• [Exercise details]:
If a line in the data below contains the word "Rectangle", copy it out.

• [Records for the exercise]:
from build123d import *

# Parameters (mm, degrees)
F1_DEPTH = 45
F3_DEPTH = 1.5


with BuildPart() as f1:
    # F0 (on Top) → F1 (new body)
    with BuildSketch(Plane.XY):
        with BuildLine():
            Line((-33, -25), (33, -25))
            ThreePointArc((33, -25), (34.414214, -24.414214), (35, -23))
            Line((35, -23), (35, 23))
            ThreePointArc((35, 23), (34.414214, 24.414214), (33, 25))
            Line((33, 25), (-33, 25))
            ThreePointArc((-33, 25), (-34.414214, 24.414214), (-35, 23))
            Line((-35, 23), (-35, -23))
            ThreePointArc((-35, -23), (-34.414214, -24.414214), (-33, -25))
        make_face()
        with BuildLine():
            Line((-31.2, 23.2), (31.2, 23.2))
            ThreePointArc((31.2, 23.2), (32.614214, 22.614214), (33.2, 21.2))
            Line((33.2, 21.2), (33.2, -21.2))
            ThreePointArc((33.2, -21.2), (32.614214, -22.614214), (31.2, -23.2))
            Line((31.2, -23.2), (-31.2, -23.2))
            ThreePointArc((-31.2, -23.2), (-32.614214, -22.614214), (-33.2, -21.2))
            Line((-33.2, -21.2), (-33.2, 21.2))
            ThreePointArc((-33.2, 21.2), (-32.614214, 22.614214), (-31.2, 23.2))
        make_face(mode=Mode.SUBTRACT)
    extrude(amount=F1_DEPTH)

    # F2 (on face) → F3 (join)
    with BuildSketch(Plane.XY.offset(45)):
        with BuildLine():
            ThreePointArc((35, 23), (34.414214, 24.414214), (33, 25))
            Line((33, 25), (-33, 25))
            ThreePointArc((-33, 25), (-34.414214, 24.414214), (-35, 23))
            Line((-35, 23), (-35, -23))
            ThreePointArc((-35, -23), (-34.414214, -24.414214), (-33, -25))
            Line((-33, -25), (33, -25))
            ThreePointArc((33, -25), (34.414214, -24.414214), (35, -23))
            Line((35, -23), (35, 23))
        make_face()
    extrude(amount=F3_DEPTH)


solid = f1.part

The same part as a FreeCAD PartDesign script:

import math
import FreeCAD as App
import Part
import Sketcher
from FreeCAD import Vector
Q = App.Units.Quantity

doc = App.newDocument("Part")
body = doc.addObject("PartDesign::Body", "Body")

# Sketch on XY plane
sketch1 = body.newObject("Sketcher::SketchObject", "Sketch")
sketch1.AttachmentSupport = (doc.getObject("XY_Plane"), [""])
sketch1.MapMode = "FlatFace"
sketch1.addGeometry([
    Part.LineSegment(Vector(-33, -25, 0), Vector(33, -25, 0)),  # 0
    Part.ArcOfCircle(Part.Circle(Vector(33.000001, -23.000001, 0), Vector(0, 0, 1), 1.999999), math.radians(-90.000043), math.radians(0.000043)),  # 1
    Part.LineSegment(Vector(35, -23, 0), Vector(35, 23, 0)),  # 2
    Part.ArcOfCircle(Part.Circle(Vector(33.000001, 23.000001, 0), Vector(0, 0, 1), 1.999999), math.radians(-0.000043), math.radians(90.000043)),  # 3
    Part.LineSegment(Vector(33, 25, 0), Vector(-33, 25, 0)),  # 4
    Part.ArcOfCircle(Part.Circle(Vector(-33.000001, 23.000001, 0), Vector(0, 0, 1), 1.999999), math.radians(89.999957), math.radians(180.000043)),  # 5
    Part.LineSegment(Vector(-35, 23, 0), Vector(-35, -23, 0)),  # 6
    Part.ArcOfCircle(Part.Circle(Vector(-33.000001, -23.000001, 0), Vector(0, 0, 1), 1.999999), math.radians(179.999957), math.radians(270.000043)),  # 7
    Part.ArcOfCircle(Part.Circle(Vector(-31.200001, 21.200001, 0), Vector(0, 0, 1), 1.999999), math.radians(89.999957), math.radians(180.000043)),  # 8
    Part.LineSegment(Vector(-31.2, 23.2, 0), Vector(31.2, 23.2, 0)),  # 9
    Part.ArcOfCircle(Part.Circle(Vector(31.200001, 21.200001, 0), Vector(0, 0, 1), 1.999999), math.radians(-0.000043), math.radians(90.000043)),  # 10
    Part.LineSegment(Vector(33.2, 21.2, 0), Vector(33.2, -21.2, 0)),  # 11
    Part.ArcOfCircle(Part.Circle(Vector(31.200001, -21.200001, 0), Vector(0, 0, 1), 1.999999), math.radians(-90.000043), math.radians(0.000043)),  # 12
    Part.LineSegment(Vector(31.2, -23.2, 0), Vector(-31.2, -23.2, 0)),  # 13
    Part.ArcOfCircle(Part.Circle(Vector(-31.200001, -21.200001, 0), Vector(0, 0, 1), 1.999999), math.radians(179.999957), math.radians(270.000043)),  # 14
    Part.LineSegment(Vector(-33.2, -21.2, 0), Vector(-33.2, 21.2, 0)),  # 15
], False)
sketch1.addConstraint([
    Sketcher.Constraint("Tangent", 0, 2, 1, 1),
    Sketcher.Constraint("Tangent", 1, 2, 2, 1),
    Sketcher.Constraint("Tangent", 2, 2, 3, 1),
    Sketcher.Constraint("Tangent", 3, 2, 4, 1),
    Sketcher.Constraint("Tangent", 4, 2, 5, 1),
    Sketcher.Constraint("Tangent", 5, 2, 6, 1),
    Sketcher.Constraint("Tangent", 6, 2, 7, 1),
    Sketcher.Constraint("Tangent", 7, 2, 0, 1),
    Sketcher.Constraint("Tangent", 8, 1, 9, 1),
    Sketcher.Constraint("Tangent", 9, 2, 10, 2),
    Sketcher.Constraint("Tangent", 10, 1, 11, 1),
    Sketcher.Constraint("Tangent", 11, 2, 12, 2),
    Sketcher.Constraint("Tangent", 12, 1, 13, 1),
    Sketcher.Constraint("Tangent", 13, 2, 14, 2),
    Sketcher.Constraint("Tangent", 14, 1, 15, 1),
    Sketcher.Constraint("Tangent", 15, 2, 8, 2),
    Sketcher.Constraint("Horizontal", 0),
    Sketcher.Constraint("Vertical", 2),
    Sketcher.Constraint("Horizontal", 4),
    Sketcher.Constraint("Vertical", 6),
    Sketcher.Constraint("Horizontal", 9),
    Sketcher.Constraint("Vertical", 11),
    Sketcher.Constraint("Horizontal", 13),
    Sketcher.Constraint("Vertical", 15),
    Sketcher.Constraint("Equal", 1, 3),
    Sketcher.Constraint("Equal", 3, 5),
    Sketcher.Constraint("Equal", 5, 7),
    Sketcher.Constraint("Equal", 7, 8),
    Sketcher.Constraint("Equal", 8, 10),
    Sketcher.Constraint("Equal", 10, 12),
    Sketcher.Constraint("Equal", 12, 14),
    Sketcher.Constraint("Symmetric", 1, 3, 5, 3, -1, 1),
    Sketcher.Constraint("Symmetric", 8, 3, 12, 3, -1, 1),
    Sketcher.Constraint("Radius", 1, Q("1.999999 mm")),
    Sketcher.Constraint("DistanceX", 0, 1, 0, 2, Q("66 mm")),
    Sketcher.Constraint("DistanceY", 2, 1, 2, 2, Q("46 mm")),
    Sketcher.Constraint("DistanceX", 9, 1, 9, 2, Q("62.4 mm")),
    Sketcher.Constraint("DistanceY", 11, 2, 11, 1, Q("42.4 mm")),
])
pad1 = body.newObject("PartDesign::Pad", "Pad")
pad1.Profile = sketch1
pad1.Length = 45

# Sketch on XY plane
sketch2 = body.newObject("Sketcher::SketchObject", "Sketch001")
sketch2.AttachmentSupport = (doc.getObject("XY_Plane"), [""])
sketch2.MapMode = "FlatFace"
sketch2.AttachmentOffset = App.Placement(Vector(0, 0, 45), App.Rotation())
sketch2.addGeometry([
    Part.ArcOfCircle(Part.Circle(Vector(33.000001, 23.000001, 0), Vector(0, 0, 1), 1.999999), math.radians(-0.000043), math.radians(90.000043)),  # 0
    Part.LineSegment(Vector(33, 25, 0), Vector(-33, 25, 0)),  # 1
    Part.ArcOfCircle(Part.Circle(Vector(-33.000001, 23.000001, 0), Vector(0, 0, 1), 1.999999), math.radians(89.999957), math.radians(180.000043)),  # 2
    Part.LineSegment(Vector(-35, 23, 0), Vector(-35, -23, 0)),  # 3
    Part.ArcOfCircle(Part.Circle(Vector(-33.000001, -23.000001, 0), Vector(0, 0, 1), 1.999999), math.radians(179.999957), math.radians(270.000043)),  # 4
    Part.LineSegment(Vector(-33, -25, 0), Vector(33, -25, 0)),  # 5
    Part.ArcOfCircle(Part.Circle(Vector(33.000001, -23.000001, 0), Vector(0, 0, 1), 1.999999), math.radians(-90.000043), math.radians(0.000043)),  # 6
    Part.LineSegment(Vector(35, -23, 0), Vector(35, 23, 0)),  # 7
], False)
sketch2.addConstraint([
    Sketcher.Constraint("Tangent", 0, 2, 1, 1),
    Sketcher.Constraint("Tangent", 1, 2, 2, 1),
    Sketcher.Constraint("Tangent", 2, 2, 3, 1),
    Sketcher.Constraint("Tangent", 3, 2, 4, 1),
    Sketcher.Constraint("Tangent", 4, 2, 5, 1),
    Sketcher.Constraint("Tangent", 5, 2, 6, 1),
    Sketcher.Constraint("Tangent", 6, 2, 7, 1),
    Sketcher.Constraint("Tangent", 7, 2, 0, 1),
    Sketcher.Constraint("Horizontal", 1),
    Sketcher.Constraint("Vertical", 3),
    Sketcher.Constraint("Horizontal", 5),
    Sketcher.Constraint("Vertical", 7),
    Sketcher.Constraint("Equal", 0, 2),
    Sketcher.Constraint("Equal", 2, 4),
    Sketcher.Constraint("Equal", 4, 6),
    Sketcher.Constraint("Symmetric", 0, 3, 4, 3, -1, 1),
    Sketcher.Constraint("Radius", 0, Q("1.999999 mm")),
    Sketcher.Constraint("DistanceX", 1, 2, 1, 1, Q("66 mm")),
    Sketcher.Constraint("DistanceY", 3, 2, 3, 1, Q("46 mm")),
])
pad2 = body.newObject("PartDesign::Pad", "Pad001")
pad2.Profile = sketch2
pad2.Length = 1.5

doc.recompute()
--
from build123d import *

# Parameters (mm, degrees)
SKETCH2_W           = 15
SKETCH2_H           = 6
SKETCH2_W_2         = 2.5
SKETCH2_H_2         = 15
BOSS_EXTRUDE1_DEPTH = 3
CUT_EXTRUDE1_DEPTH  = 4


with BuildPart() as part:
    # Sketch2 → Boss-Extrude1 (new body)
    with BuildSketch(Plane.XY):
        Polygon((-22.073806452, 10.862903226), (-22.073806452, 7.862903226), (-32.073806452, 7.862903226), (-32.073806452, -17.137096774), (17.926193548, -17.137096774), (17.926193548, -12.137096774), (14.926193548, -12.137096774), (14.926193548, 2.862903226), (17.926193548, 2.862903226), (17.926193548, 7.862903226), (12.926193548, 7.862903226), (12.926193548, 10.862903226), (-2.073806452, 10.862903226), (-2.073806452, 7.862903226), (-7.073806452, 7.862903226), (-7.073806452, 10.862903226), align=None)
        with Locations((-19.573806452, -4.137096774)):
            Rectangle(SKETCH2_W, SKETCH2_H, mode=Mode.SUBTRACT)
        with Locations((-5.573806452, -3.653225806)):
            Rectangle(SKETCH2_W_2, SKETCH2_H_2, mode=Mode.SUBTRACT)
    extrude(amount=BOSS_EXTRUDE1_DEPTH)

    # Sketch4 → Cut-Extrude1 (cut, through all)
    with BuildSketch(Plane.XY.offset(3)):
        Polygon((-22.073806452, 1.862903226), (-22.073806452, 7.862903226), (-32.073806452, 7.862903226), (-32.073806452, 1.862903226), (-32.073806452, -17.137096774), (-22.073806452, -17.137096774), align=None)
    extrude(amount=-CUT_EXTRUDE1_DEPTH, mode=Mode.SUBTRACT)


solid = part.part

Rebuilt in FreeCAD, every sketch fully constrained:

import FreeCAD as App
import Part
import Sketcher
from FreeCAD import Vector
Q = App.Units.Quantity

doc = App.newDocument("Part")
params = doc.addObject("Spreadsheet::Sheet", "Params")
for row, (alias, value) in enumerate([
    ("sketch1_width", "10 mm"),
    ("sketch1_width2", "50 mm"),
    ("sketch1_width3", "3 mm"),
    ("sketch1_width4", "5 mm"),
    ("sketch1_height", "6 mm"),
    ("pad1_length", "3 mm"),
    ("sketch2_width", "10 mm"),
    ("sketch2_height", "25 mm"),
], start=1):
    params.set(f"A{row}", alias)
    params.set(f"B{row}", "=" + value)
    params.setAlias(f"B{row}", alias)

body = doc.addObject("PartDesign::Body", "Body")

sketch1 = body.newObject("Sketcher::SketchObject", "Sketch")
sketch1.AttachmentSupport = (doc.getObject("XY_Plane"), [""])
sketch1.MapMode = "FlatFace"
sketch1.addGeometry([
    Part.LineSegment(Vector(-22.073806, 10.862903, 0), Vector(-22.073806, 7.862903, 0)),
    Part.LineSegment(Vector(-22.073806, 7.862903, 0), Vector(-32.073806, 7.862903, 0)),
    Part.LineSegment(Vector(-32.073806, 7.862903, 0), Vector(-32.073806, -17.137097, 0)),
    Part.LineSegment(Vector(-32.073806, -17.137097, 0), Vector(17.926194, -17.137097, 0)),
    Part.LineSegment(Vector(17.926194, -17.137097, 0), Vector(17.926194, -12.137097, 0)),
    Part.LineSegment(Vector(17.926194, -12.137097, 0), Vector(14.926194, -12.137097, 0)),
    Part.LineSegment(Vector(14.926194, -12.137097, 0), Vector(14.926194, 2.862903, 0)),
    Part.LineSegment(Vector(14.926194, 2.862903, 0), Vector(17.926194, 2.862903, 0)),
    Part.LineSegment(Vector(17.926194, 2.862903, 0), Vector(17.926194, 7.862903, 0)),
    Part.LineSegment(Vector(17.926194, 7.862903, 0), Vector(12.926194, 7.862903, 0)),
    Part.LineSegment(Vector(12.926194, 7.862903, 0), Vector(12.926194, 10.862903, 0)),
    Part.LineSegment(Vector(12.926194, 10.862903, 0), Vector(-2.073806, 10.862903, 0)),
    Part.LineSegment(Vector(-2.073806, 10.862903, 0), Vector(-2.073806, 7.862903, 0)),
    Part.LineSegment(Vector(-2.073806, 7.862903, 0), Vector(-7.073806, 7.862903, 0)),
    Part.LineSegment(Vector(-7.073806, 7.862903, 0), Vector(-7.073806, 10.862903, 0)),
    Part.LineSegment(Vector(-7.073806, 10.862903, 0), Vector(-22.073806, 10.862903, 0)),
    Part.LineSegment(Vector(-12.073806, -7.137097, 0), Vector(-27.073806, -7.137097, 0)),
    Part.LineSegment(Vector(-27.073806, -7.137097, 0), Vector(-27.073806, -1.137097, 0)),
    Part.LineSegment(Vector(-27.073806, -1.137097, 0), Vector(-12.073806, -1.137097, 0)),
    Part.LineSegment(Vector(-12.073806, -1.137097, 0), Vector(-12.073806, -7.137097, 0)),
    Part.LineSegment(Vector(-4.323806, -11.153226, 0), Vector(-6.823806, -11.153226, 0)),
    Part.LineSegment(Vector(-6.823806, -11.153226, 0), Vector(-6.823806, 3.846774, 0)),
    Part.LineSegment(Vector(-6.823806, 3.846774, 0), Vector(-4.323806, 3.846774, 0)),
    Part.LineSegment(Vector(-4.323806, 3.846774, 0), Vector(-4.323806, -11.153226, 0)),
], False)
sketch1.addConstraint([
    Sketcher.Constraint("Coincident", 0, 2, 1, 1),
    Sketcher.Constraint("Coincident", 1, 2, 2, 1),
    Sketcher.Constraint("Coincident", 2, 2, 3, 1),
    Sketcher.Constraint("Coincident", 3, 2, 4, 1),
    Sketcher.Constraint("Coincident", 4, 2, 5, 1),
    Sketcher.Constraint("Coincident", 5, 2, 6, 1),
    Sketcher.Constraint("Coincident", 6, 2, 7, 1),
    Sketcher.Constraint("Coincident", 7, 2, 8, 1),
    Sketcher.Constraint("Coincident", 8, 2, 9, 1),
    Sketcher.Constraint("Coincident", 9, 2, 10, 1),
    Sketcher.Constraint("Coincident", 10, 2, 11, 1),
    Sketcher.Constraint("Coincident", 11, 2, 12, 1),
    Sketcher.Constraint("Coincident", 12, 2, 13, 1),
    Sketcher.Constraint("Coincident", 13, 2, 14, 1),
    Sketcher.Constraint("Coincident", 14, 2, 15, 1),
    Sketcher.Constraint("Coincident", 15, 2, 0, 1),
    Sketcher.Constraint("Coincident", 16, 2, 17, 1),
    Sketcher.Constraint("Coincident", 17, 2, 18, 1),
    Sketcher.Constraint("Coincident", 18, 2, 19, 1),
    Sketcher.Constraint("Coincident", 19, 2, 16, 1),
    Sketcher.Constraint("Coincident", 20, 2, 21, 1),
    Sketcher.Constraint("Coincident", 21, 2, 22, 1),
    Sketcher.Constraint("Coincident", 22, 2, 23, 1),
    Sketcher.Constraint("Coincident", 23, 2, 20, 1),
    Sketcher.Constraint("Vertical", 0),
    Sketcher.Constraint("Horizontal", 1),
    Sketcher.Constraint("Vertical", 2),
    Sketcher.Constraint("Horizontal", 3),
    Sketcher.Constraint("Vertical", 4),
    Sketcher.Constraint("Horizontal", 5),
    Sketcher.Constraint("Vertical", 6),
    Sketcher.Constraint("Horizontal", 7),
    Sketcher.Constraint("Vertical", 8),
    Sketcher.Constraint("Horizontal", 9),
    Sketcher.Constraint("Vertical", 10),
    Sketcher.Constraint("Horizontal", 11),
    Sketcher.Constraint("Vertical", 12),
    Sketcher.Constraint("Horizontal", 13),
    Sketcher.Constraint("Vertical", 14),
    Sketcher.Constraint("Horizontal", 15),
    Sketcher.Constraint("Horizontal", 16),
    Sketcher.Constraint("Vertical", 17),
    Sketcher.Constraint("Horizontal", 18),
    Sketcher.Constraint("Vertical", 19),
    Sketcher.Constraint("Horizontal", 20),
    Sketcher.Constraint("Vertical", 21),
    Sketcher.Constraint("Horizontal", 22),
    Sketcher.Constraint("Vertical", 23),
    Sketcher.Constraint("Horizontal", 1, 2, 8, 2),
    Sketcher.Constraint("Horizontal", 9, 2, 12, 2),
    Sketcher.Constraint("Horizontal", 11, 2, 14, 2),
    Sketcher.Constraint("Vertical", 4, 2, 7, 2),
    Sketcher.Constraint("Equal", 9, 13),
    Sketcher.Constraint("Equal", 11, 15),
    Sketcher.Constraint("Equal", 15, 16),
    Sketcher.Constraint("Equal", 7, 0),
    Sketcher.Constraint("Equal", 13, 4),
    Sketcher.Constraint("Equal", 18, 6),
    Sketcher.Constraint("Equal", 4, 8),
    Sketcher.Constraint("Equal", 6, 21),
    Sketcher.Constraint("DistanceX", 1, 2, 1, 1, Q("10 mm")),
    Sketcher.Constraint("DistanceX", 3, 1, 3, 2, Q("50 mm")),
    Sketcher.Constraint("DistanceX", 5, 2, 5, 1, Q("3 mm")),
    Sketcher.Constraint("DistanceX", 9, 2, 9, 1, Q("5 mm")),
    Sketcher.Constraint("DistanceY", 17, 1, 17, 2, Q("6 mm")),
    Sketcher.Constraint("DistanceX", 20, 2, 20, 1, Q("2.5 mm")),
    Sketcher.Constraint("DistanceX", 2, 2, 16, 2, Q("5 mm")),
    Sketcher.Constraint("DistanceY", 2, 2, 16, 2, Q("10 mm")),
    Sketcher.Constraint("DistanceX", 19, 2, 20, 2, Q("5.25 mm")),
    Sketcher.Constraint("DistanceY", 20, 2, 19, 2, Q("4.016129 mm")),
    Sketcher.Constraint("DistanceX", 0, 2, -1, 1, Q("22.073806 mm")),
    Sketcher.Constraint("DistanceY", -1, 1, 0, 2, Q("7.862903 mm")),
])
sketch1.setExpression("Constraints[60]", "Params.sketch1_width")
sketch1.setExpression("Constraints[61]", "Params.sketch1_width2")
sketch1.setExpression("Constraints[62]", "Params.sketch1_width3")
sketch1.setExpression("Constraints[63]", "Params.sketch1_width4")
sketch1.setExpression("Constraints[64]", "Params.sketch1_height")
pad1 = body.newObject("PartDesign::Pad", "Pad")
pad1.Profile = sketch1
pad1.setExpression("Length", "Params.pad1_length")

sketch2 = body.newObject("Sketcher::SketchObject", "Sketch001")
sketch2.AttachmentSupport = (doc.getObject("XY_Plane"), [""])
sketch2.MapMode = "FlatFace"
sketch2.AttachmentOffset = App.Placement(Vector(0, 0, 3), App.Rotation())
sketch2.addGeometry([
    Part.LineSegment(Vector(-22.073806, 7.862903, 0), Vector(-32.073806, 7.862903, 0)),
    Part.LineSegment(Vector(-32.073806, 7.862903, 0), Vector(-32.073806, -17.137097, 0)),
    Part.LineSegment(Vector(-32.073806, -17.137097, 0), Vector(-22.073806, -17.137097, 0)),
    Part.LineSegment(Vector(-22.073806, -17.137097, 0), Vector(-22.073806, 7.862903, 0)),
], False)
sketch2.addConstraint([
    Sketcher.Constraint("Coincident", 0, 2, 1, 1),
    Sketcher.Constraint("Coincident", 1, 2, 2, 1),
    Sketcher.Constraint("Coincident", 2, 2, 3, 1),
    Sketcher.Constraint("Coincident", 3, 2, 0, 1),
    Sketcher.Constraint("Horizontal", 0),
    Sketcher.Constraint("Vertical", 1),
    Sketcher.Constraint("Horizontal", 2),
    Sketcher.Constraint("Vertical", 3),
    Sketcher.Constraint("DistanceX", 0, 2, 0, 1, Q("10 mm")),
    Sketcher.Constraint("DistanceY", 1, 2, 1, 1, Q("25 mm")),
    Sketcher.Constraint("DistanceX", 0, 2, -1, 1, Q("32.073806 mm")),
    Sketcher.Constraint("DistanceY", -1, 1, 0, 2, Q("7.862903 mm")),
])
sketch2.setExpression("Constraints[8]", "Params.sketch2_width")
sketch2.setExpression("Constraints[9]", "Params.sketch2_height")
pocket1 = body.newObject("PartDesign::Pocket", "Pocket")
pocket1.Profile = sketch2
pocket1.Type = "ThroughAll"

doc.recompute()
==
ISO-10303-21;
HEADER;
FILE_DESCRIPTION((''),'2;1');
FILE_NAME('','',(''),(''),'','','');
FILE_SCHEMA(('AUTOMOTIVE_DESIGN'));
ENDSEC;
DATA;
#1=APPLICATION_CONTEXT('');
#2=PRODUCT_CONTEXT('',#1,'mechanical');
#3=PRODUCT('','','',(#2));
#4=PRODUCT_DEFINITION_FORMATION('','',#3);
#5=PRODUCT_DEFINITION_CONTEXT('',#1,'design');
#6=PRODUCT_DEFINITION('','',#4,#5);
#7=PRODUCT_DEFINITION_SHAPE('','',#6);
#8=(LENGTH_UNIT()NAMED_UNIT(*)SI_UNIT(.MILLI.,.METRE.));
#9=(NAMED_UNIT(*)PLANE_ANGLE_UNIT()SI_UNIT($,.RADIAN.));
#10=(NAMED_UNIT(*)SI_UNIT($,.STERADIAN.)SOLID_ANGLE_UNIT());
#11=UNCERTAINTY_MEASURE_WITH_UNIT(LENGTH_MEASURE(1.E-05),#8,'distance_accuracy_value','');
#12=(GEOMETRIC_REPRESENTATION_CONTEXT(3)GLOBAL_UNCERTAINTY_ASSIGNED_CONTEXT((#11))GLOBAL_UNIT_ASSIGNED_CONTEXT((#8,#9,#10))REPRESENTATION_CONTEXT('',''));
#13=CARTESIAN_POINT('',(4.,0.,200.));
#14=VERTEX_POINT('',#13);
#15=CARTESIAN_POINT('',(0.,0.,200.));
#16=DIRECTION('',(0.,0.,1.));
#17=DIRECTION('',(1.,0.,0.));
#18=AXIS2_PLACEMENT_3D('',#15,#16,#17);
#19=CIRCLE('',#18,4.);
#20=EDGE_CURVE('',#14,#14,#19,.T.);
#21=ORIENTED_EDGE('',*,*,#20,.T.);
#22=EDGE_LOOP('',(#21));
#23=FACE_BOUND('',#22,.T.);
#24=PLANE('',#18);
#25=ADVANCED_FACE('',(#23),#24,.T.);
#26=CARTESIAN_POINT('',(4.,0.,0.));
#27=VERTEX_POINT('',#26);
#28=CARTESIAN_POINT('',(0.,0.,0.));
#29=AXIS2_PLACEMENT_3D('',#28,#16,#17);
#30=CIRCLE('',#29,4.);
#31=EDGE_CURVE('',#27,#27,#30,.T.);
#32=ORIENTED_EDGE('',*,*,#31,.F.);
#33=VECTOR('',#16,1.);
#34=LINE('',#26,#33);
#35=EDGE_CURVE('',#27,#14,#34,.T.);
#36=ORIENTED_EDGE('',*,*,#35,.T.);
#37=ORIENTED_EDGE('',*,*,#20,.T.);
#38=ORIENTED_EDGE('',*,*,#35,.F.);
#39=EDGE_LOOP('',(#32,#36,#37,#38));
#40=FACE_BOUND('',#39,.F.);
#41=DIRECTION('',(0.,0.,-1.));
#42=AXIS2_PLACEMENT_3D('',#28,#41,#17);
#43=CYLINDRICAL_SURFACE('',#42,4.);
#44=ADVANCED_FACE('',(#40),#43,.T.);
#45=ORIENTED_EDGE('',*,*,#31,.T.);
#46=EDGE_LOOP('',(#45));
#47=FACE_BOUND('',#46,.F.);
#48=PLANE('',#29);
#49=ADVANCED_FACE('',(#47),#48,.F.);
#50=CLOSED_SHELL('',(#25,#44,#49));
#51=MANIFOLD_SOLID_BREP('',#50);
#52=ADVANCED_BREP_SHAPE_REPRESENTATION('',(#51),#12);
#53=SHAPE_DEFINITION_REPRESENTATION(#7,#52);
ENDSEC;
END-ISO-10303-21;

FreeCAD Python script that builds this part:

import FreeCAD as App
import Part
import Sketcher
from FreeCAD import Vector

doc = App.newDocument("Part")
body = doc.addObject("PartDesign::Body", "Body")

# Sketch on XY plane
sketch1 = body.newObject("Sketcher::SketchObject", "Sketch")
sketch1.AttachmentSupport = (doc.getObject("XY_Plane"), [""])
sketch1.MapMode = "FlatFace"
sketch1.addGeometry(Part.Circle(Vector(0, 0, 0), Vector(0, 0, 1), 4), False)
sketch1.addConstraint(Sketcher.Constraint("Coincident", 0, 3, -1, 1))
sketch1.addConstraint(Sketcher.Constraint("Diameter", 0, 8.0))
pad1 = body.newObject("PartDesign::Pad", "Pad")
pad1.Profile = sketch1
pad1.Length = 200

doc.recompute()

• [Solution]:
            Rectangle(SKETCH2_W, SKETCH2_H, mode=Mode.SUBTRACT)
            Rectangle(SKETCH2_W_2, SKETCH2_H_2, mode=Mode.SUBTRACT)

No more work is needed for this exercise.